I feel...I feel like I can't trust them anymore, because all the words that came trough their mouths sounds fake to me now; because I'm not sure if I actually know them anymore. My dear friends...you ruined it all! You all changed, a lot and too fast for me to keep up with the pace. I don't blame you for that, instead I blame you for excluding me of that sudden change of yours. I know I'm changing too, but you can't accuse me of not sharing that with you all, because I'm trying, I'm trying really hard...but you don't let me. So now I can only count on the new people I have in my life. Because recently I've found out that there are still people I can trust, that I know that won't let me down (as you did).

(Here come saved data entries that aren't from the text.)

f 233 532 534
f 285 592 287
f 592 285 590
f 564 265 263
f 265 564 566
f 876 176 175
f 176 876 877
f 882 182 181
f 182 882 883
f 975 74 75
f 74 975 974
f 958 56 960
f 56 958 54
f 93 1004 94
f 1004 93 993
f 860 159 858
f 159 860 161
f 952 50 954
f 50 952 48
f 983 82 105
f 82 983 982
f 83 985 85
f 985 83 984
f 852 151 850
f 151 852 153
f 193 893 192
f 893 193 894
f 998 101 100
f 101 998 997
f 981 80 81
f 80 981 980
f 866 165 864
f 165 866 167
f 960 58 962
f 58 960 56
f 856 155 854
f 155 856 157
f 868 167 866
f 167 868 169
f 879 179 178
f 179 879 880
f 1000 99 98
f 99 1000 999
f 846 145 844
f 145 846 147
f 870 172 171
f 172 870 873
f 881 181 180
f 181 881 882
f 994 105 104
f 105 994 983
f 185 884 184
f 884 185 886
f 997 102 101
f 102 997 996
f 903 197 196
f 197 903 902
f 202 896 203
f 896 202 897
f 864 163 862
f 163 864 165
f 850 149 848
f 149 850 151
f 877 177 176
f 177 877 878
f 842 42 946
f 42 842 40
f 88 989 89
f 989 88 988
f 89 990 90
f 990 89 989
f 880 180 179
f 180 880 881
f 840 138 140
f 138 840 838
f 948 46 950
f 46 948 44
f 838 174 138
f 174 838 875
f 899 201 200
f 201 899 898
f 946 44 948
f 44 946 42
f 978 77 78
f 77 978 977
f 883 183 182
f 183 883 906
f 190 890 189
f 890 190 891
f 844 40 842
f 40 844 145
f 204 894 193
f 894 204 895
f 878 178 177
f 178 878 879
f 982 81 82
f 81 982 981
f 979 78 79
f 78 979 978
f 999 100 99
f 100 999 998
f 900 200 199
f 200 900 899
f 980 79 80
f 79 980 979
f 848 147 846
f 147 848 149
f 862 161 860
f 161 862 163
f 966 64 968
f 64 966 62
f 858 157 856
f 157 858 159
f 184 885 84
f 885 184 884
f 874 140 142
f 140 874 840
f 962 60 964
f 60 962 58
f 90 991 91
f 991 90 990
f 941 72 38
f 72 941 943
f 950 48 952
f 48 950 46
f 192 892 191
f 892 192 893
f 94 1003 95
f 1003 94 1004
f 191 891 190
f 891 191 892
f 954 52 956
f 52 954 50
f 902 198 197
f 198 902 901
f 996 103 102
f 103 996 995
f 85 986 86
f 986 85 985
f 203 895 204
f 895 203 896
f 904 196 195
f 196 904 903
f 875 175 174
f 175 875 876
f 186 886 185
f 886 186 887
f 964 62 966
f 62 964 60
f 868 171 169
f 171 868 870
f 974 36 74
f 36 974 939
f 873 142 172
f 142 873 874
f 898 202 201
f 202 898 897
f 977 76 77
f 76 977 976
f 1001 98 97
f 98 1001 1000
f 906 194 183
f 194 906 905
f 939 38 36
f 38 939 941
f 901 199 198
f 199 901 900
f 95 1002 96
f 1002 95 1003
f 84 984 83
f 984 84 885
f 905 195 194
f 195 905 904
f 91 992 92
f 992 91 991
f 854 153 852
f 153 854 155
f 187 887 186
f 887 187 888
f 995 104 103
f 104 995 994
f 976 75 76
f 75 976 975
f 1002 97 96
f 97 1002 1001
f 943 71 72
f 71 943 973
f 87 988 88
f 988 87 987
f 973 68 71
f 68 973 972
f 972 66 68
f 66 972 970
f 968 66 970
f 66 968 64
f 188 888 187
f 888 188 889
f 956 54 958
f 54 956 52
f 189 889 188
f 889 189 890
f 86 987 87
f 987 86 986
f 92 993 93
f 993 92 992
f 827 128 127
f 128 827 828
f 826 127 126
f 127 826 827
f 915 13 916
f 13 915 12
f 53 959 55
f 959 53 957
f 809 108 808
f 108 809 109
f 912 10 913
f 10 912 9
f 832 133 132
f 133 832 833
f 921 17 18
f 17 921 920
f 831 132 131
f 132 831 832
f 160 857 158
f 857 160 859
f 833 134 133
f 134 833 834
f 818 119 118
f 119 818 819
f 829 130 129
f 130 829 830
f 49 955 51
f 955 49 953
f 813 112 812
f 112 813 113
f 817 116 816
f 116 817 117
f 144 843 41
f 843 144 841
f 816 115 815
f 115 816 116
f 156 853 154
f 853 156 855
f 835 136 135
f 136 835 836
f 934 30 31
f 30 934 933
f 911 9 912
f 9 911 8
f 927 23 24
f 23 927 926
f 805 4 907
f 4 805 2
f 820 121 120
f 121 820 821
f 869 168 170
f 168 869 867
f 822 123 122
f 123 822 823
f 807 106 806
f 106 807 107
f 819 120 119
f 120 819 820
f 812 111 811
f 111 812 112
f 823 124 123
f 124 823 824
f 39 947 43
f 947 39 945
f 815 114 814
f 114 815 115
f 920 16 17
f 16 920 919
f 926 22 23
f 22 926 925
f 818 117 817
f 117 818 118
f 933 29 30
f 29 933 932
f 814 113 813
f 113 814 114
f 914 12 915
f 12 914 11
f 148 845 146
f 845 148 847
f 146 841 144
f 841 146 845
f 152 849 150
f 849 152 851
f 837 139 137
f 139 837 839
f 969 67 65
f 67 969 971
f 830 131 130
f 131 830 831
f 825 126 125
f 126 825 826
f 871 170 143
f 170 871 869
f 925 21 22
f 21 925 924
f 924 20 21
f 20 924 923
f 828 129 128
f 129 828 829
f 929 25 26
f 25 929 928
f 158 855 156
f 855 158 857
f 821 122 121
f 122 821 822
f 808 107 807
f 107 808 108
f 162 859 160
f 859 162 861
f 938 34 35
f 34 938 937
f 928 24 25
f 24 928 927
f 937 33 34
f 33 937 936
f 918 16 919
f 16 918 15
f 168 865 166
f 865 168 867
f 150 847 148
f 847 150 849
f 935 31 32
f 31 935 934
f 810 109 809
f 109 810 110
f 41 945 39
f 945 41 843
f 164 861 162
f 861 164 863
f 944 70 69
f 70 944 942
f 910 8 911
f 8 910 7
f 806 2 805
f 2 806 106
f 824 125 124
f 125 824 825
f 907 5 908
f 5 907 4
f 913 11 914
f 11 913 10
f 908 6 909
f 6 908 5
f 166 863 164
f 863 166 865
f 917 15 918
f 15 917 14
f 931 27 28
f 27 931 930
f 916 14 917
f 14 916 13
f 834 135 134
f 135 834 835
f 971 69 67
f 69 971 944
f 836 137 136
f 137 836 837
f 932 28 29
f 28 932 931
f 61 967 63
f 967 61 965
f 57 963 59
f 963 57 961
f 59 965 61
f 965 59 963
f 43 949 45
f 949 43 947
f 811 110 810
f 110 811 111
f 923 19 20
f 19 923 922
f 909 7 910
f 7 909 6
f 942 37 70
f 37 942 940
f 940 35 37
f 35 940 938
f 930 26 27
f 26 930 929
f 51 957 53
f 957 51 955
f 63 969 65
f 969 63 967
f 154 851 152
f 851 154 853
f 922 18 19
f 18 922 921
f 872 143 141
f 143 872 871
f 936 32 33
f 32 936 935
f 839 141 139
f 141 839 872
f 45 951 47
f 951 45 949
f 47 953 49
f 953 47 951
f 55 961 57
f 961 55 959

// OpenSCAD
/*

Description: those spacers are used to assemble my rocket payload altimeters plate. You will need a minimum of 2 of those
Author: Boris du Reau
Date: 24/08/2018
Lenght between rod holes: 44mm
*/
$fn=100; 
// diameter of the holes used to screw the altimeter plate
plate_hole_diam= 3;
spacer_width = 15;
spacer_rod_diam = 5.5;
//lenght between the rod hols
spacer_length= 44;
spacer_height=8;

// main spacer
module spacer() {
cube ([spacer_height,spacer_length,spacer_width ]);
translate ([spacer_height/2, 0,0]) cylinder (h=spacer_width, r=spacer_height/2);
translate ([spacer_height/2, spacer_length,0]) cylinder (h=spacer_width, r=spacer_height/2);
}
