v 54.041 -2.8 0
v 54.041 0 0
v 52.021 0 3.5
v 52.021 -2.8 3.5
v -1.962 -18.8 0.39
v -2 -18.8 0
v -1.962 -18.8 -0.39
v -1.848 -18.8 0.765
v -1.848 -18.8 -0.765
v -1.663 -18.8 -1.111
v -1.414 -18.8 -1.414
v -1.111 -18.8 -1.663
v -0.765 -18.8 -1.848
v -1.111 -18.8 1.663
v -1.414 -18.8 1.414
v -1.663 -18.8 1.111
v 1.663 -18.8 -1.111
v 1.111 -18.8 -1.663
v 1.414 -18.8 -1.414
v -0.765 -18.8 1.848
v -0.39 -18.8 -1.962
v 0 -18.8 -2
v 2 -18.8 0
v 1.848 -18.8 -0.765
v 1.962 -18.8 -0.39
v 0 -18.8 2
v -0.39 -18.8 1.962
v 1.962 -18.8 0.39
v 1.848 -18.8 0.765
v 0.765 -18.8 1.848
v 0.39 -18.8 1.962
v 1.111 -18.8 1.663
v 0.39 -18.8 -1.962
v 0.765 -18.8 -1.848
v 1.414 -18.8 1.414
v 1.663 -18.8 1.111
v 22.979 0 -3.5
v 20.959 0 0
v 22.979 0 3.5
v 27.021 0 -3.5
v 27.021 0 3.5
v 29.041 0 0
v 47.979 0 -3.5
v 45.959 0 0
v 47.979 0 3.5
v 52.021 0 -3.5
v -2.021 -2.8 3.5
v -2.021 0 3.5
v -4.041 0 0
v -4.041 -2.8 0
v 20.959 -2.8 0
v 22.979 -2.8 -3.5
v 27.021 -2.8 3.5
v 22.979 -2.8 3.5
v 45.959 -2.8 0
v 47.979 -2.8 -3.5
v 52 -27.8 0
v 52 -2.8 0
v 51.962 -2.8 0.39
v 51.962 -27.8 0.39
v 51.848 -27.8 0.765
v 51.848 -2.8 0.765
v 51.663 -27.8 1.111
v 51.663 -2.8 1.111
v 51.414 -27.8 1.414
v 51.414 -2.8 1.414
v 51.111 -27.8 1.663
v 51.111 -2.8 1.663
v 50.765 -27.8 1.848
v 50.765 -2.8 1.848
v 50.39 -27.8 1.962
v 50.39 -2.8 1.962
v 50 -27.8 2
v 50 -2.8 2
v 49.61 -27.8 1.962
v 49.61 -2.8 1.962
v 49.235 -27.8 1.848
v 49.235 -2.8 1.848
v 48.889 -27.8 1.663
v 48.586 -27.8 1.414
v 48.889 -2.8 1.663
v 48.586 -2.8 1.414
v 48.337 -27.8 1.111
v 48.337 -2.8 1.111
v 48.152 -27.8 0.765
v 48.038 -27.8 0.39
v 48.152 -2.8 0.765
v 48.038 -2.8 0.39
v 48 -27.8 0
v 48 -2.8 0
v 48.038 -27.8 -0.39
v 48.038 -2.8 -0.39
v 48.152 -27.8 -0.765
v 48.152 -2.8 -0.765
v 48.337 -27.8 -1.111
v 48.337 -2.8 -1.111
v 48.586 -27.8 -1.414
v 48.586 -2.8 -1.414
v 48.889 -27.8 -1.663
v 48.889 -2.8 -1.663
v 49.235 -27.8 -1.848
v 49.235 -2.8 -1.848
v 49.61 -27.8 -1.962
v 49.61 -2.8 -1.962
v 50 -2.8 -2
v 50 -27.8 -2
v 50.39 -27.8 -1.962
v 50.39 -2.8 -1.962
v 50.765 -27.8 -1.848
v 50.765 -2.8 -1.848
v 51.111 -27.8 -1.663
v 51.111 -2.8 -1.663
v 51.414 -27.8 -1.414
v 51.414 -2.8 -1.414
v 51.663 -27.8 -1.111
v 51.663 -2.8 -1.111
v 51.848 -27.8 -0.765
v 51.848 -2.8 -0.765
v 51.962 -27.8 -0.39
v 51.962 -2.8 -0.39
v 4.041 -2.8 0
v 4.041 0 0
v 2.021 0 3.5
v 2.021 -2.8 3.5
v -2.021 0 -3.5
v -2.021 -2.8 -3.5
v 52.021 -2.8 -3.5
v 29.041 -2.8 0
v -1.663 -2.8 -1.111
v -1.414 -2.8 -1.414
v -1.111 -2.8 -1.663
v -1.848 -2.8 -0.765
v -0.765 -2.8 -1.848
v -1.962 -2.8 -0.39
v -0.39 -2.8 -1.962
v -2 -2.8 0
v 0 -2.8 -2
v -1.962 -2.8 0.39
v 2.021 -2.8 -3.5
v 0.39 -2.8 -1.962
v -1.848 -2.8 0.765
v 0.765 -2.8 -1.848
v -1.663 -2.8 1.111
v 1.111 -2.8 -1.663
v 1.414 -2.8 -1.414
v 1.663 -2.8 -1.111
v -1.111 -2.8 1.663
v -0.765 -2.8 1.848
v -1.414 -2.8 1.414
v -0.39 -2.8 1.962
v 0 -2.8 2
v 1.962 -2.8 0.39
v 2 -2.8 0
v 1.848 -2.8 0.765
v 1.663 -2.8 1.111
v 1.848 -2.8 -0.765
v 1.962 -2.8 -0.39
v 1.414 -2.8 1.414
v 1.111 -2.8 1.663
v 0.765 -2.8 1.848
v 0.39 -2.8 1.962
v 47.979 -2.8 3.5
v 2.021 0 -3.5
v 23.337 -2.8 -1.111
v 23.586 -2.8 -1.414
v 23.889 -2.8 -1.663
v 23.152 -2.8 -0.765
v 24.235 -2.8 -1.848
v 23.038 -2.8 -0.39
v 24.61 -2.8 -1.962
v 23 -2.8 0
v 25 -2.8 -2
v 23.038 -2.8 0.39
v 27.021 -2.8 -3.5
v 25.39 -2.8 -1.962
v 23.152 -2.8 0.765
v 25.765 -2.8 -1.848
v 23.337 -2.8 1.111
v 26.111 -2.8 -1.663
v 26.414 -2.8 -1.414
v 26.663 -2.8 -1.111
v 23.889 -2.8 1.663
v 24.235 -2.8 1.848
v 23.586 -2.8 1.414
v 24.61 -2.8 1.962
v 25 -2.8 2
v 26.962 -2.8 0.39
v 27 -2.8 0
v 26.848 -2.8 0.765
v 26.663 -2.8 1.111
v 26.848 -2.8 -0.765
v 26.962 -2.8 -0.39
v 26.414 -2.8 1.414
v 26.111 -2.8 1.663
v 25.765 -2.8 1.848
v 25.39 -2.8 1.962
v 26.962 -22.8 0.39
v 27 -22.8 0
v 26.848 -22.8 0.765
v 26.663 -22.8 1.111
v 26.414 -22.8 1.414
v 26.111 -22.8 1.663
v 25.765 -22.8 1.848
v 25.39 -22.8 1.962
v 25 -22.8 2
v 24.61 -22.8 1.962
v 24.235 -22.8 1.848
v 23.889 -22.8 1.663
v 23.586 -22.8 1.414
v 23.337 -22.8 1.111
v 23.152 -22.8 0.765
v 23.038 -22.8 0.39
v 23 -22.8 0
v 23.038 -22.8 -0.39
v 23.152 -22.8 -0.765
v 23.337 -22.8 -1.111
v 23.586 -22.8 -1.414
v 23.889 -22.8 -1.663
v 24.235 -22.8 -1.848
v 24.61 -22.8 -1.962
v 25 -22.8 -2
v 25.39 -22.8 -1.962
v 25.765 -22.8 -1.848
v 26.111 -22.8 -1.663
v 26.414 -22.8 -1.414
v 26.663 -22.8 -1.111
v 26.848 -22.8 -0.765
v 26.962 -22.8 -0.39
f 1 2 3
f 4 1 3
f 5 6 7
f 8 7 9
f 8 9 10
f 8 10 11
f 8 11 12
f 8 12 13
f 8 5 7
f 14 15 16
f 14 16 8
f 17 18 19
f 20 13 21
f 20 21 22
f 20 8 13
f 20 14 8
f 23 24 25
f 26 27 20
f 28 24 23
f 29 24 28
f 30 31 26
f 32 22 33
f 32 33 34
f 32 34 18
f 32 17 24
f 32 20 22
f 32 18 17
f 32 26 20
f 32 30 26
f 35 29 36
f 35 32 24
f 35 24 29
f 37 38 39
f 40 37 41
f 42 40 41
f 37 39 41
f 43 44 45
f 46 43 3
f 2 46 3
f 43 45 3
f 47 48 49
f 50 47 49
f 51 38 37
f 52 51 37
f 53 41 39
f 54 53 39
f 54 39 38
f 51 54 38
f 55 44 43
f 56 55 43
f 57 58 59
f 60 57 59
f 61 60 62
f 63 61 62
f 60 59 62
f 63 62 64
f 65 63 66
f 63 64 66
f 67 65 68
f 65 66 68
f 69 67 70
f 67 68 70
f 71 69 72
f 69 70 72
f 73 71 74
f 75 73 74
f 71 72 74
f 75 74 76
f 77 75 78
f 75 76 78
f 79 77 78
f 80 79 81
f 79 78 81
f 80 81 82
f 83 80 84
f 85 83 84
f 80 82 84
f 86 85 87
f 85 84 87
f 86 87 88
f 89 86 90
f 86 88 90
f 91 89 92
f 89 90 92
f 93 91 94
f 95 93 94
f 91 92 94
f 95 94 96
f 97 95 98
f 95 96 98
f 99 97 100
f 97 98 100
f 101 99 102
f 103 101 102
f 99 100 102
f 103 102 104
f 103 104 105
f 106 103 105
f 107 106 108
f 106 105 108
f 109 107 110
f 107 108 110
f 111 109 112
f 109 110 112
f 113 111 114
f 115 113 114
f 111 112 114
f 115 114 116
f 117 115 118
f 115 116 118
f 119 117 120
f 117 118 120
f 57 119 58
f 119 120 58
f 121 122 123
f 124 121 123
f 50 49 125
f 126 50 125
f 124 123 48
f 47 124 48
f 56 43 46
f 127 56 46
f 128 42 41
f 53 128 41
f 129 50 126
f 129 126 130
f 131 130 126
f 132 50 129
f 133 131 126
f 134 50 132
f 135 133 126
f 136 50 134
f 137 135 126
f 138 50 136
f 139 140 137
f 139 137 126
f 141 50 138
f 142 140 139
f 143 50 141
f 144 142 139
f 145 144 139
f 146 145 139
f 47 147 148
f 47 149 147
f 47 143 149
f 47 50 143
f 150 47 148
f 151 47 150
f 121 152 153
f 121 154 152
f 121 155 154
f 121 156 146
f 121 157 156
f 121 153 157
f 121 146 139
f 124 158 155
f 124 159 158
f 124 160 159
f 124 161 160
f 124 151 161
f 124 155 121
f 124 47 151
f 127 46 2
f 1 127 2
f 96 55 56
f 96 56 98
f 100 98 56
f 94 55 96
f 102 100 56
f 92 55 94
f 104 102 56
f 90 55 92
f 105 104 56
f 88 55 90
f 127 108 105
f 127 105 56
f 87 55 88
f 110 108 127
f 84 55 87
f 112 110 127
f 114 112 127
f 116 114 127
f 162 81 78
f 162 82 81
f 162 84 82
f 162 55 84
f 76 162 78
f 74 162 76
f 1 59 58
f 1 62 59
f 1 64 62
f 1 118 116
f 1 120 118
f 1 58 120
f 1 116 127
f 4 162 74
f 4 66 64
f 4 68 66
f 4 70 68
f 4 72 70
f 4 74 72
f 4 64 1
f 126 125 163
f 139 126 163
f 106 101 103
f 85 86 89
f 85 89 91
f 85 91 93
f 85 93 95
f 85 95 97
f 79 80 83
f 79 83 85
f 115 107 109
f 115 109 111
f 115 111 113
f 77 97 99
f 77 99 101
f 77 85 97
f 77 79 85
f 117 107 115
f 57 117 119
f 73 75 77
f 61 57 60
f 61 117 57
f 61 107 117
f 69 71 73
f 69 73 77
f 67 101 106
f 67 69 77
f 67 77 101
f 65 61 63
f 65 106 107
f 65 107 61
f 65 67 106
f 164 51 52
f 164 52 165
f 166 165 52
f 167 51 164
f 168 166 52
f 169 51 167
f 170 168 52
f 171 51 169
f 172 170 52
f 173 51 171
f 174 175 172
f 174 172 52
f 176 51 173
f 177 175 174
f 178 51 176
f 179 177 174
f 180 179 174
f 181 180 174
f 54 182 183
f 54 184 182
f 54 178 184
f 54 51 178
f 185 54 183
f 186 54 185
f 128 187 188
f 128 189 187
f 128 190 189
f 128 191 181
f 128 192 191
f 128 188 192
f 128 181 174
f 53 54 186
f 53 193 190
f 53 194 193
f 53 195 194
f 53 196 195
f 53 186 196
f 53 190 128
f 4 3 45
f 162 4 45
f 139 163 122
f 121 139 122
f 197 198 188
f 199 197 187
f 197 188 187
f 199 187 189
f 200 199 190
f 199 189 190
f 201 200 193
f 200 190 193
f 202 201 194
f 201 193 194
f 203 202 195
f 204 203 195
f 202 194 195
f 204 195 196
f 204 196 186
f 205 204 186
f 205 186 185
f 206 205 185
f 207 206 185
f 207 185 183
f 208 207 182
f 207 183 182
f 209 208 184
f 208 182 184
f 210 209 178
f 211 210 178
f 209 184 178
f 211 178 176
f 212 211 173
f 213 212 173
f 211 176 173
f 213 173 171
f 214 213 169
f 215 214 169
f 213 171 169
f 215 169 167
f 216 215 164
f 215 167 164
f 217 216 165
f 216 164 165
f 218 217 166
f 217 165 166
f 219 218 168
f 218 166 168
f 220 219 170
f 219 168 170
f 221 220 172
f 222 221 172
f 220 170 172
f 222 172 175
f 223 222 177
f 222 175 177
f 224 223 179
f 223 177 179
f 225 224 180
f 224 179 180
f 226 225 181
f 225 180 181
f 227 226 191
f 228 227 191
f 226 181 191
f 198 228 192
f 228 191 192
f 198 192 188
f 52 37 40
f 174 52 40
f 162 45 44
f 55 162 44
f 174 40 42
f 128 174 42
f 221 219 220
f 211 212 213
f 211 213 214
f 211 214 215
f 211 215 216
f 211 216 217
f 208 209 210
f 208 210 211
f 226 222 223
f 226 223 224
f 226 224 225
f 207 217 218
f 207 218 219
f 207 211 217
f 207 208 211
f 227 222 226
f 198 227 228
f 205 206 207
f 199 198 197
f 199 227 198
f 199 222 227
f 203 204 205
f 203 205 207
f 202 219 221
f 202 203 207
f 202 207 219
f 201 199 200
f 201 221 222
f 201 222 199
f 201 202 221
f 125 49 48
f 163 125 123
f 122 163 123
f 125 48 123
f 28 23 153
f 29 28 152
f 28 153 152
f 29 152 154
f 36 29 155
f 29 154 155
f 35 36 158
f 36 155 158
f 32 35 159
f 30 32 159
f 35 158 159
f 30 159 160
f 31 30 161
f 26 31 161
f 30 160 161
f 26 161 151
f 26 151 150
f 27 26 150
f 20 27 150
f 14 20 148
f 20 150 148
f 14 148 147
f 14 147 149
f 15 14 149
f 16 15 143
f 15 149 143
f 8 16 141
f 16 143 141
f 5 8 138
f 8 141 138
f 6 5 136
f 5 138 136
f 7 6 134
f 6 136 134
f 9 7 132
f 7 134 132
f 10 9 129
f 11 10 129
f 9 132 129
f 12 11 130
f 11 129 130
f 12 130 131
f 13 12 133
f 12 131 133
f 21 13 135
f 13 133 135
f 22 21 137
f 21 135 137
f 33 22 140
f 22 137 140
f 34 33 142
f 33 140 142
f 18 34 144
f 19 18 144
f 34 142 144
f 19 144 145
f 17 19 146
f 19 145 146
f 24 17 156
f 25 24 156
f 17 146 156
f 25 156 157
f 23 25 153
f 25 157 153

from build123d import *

# Parameters (mm, degrees)
F1_DEPTH = 2.8
F2_R     = 2
F3_DEPTH = 16
F4_DEPTH = 20
F5_DEPTH = 25


with BuildPart() as f1:
    # F0 (on Front) → F1 (new body)
    with BuildSketch(Plane.XZ):
        Polygon((4.041452, 0), (2.020726, 3.5), (-2.020726, 3.5), (-4.041452, 0), (-2.020726, -3.5), (2.020726, -3.5), align=None)
        Polygon((29.041452, 0), (27.020726, 3.5), (22.979274, 3.5), (20.958548, 0), (22.979274, -3.5), (27.020726, -3.5), align=None)
        Polygon((54.041452, 0), (52.020726, 3.5), (47.979274, 3.5), (45.958548, 0), (47.979274, -3.5), (52.020726, -3.5), align=None)
    extrude(amount=F1_DEPTH)

    # F2 (on face) → F3 (join)
    with BuildSketch(Plane.XZ.offset(2.8)):
        Circle(F2_R)
    extrude(amount=F3_DEPTH)

    # F2 (on face) → F4 (join)
    with BuildSketch(Plane.XZ.offset(2.8)):
        with Locations((25, 0)):
            Circle(F2_R)
    extrude(amount=F4_DEPTH)

    # F2 (on face) → F5 (join)
    with BuildSketch(Plane.XZ.offset(2.8)):
        with Locations((50, 0)):
            Circle(F2_R)
    extrude(amount=F5_DEPTH)


solid = f1.part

And I feel I achieved so much, that I conquered so much in so little time... Sure that are still...things that remain undone. And you know what? Now is me who don't give a damn about that; they'll happen when they have to. But this time, you won't be there to witness my happiness.


Hypocrisy by ~0mi-in-colour

~Andie F Maars
[Feeling like I could kill somebody right now (grrrrr), so I wrote a post instead of doing something I might regret late]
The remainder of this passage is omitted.